Wenn man einen Job richtig intensiv erlebt, bleibt ein Erfahrungsschatz zurück. Auch im Traumberuf Hundetrainer. Ich will diesen Schatz nicht verschließen und mich drauf hocken wie Gollum. Die meisten Erfahrungen und lehrreichen Momente als Hundetrainerin habe ich in 10 Erkenntnissen zusammengefasst.

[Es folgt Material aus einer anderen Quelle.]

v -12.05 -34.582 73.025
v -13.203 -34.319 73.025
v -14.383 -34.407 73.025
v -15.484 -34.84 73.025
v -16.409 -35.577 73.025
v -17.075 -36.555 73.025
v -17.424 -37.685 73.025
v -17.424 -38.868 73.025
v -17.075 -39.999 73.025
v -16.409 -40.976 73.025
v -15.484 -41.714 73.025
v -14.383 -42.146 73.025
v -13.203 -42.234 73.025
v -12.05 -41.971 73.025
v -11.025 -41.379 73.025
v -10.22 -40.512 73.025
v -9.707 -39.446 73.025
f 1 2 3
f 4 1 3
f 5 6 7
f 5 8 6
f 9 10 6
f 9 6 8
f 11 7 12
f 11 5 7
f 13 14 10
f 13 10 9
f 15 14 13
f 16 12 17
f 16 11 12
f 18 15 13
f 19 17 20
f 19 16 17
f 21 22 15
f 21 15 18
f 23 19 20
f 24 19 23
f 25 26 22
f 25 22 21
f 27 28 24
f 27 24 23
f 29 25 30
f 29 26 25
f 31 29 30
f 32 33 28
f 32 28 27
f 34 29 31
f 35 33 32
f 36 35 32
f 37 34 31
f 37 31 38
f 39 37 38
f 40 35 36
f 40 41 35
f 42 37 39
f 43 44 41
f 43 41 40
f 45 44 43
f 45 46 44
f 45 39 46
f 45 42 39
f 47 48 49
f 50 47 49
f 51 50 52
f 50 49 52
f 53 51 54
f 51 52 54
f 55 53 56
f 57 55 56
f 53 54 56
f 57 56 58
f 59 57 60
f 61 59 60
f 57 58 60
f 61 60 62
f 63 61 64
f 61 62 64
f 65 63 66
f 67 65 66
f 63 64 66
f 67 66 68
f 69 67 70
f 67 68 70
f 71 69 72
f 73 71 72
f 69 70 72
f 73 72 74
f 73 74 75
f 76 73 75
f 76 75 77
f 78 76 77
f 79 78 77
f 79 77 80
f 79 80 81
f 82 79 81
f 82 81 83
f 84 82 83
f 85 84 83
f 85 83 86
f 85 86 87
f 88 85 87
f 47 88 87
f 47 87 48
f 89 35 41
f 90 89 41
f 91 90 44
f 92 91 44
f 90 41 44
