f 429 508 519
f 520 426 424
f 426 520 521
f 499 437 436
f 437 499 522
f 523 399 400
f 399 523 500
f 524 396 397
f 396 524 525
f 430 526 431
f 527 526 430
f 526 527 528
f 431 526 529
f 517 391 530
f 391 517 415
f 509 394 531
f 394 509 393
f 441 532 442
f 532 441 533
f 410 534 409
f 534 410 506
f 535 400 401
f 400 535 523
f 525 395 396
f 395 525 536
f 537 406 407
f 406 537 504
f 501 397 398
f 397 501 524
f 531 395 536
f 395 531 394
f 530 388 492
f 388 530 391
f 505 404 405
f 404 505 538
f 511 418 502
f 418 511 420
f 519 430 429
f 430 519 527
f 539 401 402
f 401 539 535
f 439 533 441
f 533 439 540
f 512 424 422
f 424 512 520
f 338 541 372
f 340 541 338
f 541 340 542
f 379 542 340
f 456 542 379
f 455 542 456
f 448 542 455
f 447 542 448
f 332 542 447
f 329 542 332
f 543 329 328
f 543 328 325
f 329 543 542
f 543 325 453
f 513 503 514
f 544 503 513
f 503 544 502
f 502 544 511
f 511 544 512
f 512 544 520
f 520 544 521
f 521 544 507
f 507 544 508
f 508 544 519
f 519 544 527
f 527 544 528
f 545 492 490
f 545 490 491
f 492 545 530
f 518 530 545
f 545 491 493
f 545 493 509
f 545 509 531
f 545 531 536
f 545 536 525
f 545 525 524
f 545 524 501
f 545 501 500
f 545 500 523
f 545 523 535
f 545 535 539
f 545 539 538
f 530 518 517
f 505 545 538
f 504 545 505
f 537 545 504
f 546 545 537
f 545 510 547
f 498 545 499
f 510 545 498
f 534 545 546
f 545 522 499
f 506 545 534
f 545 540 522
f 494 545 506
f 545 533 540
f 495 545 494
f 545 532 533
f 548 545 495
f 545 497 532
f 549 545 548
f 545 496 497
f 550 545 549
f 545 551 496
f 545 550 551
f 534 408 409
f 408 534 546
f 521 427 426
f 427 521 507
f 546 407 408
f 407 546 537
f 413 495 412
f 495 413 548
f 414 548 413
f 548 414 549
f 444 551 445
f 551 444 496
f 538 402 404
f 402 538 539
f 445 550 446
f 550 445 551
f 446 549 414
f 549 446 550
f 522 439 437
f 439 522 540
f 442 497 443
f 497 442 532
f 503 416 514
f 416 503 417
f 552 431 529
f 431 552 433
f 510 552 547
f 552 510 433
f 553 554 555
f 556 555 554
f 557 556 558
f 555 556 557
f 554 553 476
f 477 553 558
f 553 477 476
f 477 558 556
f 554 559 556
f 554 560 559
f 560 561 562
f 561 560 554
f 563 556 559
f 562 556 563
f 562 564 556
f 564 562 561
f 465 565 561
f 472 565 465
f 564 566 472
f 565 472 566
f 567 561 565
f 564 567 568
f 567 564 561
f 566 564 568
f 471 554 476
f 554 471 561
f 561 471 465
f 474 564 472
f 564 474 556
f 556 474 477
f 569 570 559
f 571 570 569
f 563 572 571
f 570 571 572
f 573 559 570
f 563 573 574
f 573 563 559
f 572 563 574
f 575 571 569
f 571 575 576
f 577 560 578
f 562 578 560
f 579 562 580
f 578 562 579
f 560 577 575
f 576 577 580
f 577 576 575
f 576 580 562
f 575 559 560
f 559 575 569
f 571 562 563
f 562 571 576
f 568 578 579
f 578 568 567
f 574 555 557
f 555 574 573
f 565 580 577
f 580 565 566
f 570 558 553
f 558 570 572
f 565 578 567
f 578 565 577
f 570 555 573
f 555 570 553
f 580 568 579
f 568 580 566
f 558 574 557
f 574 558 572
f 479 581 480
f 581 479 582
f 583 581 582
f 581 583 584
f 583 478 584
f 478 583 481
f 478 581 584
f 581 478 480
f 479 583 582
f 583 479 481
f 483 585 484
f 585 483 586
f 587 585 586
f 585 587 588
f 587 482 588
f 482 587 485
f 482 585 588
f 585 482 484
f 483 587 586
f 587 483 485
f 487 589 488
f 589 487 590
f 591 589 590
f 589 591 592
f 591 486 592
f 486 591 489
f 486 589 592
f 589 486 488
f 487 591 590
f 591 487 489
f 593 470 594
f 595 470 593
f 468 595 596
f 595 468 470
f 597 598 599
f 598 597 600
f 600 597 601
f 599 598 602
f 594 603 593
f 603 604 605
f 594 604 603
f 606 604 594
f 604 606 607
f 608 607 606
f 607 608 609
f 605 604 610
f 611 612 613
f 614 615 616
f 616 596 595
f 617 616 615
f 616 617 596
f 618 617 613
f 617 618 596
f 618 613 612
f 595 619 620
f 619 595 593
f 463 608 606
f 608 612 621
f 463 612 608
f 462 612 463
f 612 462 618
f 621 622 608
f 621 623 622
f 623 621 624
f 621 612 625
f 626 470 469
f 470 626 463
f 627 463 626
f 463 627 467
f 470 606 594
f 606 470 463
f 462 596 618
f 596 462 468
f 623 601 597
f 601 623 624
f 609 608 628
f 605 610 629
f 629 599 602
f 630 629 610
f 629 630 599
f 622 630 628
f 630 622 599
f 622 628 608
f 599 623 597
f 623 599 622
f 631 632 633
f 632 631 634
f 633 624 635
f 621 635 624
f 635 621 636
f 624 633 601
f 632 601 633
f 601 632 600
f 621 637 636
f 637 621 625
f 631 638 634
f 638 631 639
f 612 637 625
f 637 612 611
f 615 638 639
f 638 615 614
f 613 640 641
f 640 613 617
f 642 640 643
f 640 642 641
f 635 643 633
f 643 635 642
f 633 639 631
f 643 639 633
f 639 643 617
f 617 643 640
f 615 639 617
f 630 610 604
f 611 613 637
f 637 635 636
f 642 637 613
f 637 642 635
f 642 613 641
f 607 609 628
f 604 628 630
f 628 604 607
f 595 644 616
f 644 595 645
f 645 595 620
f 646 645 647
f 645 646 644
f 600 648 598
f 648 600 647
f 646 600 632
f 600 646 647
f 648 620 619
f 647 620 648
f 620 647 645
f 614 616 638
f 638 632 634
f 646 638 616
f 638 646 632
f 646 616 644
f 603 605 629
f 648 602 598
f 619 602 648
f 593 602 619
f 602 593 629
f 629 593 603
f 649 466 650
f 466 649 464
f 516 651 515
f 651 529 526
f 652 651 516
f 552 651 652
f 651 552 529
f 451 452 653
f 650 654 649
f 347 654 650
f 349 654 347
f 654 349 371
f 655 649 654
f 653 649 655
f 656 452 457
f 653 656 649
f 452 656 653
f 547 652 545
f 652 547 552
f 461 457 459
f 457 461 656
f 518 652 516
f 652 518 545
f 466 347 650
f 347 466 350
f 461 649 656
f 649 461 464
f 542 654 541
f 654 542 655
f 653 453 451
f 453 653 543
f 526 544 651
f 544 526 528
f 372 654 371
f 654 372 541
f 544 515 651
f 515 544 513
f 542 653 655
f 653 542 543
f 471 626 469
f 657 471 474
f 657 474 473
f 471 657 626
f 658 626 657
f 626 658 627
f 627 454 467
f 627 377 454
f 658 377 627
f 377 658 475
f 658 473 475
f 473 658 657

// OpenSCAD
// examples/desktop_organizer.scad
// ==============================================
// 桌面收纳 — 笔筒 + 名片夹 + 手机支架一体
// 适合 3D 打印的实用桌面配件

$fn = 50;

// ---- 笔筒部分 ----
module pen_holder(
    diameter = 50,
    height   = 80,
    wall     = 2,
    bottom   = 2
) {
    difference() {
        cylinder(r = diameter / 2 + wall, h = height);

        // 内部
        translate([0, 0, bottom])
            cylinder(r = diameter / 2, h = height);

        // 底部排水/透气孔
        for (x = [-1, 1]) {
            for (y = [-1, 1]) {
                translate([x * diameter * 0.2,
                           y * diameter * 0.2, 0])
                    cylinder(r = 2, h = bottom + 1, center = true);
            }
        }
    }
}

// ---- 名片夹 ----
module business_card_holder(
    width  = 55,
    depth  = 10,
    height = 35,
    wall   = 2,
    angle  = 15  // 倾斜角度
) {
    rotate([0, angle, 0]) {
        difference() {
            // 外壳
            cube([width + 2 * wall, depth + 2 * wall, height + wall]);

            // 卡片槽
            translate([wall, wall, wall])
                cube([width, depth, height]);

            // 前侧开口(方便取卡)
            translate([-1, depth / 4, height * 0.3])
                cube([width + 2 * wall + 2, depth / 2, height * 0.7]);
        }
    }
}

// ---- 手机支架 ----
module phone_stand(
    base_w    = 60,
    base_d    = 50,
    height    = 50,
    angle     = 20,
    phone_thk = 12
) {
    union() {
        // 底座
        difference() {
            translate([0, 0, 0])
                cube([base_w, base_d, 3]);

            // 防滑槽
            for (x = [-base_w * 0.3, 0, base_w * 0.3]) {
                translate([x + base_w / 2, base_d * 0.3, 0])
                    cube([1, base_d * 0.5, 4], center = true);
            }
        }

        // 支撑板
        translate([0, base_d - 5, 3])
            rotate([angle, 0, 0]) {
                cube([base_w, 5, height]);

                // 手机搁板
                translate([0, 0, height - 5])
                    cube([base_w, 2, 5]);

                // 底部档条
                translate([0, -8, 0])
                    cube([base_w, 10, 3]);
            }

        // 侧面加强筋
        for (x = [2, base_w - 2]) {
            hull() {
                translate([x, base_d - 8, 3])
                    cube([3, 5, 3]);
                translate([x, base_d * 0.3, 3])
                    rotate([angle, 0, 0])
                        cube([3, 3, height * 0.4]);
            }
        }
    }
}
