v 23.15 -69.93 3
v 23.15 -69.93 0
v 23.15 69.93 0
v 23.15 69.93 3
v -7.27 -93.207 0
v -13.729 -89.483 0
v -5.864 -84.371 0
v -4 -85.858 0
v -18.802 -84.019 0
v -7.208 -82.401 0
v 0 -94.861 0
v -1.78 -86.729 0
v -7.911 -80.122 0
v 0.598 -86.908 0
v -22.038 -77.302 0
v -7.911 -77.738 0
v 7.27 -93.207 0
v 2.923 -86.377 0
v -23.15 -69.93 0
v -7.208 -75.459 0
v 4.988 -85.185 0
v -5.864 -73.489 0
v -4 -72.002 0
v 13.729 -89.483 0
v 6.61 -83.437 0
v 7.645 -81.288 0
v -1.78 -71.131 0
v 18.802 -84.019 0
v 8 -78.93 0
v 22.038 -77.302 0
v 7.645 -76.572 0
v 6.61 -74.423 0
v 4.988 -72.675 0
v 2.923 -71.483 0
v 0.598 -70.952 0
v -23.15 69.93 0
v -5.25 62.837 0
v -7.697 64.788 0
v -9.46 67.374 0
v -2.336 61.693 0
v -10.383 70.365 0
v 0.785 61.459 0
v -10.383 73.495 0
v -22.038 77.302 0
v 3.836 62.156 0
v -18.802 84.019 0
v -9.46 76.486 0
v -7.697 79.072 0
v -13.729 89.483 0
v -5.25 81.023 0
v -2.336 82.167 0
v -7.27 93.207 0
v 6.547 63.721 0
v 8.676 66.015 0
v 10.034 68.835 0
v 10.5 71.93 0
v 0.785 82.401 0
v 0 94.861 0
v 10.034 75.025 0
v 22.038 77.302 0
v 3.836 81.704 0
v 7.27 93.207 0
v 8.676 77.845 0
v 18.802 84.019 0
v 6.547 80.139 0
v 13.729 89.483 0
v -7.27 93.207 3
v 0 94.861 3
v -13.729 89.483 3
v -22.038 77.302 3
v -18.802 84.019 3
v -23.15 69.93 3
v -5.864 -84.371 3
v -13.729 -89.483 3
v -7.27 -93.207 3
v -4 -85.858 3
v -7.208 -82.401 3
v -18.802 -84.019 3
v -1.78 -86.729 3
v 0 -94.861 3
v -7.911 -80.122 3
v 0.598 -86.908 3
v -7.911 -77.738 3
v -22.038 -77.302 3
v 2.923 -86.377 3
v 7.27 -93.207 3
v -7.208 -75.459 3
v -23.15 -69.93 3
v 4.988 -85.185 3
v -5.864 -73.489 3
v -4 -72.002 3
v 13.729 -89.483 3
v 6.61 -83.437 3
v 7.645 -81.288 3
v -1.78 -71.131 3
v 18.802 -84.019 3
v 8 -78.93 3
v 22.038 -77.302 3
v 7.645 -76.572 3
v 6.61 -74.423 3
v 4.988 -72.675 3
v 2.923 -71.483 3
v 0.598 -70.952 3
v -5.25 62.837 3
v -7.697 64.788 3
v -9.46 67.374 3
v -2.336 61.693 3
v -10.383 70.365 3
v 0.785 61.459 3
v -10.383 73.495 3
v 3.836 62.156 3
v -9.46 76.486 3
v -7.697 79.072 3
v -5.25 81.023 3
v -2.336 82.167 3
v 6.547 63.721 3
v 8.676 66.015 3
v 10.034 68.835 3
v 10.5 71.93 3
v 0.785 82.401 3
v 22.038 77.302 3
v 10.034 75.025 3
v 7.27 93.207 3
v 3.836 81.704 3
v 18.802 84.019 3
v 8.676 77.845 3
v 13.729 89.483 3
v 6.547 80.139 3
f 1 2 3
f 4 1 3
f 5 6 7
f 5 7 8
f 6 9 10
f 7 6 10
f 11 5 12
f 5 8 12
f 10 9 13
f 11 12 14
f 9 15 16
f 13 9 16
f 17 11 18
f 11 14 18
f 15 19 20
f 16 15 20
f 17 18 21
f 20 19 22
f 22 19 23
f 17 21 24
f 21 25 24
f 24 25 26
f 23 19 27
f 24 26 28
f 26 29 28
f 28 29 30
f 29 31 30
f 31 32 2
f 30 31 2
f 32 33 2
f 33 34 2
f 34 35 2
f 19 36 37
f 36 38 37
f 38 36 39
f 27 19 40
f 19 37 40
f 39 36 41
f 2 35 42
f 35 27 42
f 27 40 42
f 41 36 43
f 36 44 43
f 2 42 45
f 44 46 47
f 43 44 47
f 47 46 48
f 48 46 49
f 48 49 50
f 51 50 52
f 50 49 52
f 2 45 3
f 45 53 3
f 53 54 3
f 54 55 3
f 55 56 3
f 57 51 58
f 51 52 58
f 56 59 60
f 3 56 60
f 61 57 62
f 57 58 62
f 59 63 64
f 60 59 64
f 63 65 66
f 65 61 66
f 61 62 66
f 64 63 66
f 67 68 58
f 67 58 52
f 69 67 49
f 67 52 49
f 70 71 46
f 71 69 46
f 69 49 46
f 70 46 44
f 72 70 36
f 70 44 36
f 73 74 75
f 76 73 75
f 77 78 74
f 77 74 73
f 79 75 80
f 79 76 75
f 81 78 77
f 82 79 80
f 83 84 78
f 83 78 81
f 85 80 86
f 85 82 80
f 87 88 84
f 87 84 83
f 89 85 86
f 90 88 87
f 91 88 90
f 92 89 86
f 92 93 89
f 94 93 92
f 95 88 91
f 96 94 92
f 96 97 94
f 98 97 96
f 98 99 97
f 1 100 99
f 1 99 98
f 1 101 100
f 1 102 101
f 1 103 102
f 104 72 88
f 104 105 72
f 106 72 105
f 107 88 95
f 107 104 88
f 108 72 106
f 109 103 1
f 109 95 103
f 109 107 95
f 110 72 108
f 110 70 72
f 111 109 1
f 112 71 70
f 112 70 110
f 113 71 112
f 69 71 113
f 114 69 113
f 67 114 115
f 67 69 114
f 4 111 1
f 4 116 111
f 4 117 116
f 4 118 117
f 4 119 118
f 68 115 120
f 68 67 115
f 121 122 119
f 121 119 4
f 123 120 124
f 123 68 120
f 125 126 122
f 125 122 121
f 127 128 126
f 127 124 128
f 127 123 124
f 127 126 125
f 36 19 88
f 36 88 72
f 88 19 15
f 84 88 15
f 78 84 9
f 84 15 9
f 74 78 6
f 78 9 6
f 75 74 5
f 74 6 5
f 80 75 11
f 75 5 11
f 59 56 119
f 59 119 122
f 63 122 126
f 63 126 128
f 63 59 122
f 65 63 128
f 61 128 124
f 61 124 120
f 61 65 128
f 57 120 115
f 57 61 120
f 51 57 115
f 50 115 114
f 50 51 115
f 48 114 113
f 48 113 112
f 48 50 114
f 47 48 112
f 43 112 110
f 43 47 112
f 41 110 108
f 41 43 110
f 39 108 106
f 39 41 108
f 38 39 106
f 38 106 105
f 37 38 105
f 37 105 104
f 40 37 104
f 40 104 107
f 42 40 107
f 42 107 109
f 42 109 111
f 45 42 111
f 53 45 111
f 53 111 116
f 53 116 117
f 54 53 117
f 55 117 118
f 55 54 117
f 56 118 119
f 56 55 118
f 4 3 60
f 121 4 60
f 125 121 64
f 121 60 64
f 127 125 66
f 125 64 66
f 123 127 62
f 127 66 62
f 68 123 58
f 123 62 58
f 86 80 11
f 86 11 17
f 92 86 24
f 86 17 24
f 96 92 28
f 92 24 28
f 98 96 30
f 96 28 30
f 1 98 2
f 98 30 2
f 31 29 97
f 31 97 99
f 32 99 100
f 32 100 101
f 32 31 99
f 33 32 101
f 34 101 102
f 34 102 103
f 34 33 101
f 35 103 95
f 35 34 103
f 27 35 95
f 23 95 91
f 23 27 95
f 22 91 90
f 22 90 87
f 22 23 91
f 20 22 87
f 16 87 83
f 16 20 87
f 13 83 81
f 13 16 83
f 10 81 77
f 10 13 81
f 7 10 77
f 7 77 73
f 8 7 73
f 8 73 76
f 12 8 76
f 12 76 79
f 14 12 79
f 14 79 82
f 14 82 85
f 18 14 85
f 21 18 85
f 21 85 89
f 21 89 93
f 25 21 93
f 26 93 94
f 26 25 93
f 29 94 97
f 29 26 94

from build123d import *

# Parameters (mm, degrees)
SKETCH1_W           = 46.3
SKETCH1_H           = 189.86
SKETCH1_R           = 10.5
SKETCH1_R_2         = 8
BOSS_EXTRUDE1_DEPTH = 3
FILLET1_R           = 25


with BuildPart() as part:
    # Sketch1 → Boss-Extrude1 (new body)
    with BuildSketch(Plane.XY):
        Rectangle(SKETCH1_W, SKETCH1_H)
        with Locations((0, 71.93)):
            Circle(SKETCH1_R, mode=Mode.SUBTRACT)
        with Locations((0, -78.93)):
            Circle(SKETCH1_R_2, mode=Mode.SUBTRACT)
    extrude(amount=BOSS_EXTRUDE1_DEPTH)

    # Fillet1
    # the kernel refuses this fillet: 25 mm, written as the material it takes off along each edge
    with BuildSketch(Plane(origin=(23.15, -94.93, -62.5), x_dir=(-1, 0, 0), z_dir=(0, 0, 1))) as fillet1_piece_1:
        with BuildLine():
            CenterArc((FILLET1_R, -FILLET1_R), FILLET1_R, 90, 90)
            Line((0, -FILLET1_R), (0, 0))
            Line((0, 0), (FILLET1_R, 0))
        make_face()
    extrude(amount=128, mode=Mode.SUBTRACT)
    with BuildSketch(Plane(origin=(-23.15, -94.93, -62.5), x_dir=(1, 0, 0), z_dir=(0, 0, 1)), Plane(origin=(-23.15, 94.93, -62.5), x_dir=(0, -1, 0), z_dir=(0, 0, 1)), Plane(origin=(23.15, 94.93, -62.5), x_dir=(-1, 0, 0), z_dir=(0, 0, 1))) as fillet1_piece_2:
        with BuildLine():
            CenterArc((FILLET1_R, FILLET1_R), FILLET1_R, 180, 90)
            Line((0, FILLET1_R), (0, 0))
            Line((0, 0), (FILLET1_R, 0))
        make_face()
    extrude(amount=128, mode=Mode.SUBTRACT)


solid = part.part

Heute kenne ich die Lösungen, die bei mir funktioniert haben. Sicherlich passen sie nicht zu jedem Hundetrainer und erheben auch nicht den Anspruch auf Vollständigkeit. Sie sollen denjenigen als Inspiration dienen, die den Weg noch vor sich haben oder ihn bereits gehen – im Traumberuf Hundetrainer!
1. Beobachten
Die Fähigkeit ganz genau zu beobachten und dabei Neutralität zu wahren, ist unabdingbar für den Job als Hundetrainer. Nichts ist gefährlicher für einen Menschen mit seinem Hund, wenn vorgefertigte Meinungen eines Trainers die Diagnose verfälschen. Die Wahrnehmung eines Menschen funktioniert auf eine ganz spezielle Weise und dessen muss man sich als Trainer bewusst sein. Wer die Dinge nicht erkennt, therapiert und begleitet schlechtestenfalls in die verkehrte Richtung. Das kann bei Hunden einen immensen Schaden anrichten – und ist dem Hundehalter gegenüber nicht fair, weil er auf Fachkenntnis des Hundetrainers vertraut. Beobachtungsgabe gehört aus meiner Sicht zum Instrumentarium der Grundausstattung eines Hundetrainers.
2. Hineinhören
Es gibt verschiedene Arten von „Hören“. Wir können zuhören, hinhören oder hineinhören. Als Hundetrainer müssen wir Hinein-Hören. Wer nur zuhört oder hinhört, wird die Thematik einer Mensch-Hund-Beziehung niemals in der Tiefe erkennen. Das müssen wir aber, wenn wir Menschen und ihren Tieren tatsächlich helfen möchten. Ein soziales System folgt bestimmten Mechanismen. Wir existieren in einem Familienverband nicht unabhängig voneinander. Ein erster Punkt, den es zu verstehen (und mitfühlen) gilt, ist dieser hier: Was bedeutet dieser Hund für diese Menschen?
Wir formen als Hundehalter das Verhalten unserer Hunde zu einem sehr großen Teil selbst. Deshalb ist es auch selten ein Zufall, dass bestimmte Verhaltensauffälligkeiten bei einem Tier entstehen. Wir müssen den Dingen auf den Ur-Grund gehen, wenn wir sie verändern wollen. Dafür müssen wir hineinhören, denn ein zuhören oder hinhören bleibt auf der Oberfläche.
3. Demut
Ein Begriff, mit dem ich lange eine Form der Unterwürfigkeit und Selbstaufgabe verknüpft habe. Heute weiß ich es besser, dank der Arbeit mit Mensch und Hund.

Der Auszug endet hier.